For women artists, the answer may be surprising. “Miami stood out as the only city where emerging female artists were more likely to be exhibited for the first time over their male peers in both the museum and commercial gallery sectors, indicating that it could be an important testing ground for some artists that go on to be successful elsewhere,” the report’s authors wrote.

The risk appetite and the percentage of institutions focused on emerging artists paint different pictures of which cities are the most welcoming for early-career artists. Another metric, performance, adds one more layer.

Using the same subsample of emerging artists from the “risk appetite” metric, Wondeur AI tracked those artists for three years before and after an early-career show and compared the results. They measured performance by number of exhibitions, whether those were solo or group shows, and the cultural power of the institutions that held the exhibitions. After factoring in performance, some cities that appeared more promising for new emerging artists appeared less so, and some cities with lower risk appetites showed better artist performance.

After factoring in performance, some cities that appeared more promising for new emerging artists appeared less so. (© Arts Economics, 2022 with data from Wondeur AI; screenshot Valentina Di Liscia/Hyperallergic)
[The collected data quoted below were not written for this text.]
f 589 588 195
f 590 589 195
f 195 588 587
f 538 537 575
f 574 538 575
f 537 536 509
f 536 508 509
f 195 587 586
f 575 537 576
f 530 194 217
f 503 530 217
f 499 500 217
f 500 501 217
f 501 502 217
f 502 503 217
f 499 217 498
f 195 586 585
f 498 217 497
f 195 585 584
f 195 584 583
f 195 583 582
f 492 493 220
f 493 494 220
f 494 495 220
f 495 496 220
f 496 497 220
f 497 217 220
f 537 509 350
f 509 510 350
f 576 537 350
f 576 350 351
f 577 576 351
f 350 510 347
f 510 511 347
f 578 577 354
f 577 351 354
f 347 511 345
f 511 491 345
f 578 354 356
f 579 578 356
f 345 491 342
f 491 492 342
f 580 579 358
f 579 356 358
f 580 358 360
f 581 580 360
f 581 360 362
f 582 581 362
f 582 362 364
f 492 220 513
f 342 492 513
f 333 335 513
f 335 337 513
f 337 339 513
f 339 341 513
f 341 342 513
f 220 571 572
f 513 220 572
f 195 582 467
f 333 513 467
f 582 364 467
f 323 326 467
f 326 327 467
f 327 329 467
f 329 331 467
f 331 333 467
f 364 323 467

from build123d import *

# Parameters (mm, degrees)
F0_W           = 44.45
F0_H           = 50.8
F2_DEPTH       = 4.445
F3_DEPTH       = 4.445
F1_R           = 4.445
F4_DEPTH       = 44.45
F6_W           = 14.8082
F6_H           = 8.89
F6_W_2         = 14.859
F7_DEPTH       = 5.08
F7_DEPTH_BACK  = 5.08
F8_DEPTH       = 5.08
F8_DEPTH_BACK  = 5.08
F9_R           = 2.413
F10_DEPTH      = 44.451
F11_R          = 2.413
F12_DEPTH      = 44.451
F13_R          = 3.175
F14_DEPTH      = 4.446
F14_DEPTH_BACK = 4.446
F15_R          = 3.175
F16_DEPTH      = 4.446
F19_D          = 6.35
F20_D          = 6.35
The artists who showed the highest performance, however, had exhibited at a museum in New York.

And in LA and New York, museums had the highest risk appetite of any city. The Big Apple had “one of the most diversified structures of all cities, with the most congruence between the gallery and museum sectors,” according to the report.

Unsurprisingly, NYC also had the country’s highest percentage of galleries dedicated to star artists (over 30%), but its other galleries were more adventurous: New York galleries had the highest risk appetite for new artists. The city is also home to 26% of the country’s total art institutions, followed by Los Angeles (7%), San Francisco (4%), Chicago (3%), and Miami (2%). And from 2017 to 2021, NYC hosted over a third of the country’s art exhibitions.

NYC may be a promising destination for emerging artists, but it’s hardly an affordable option, with rental prices at a record high and climbing inflation.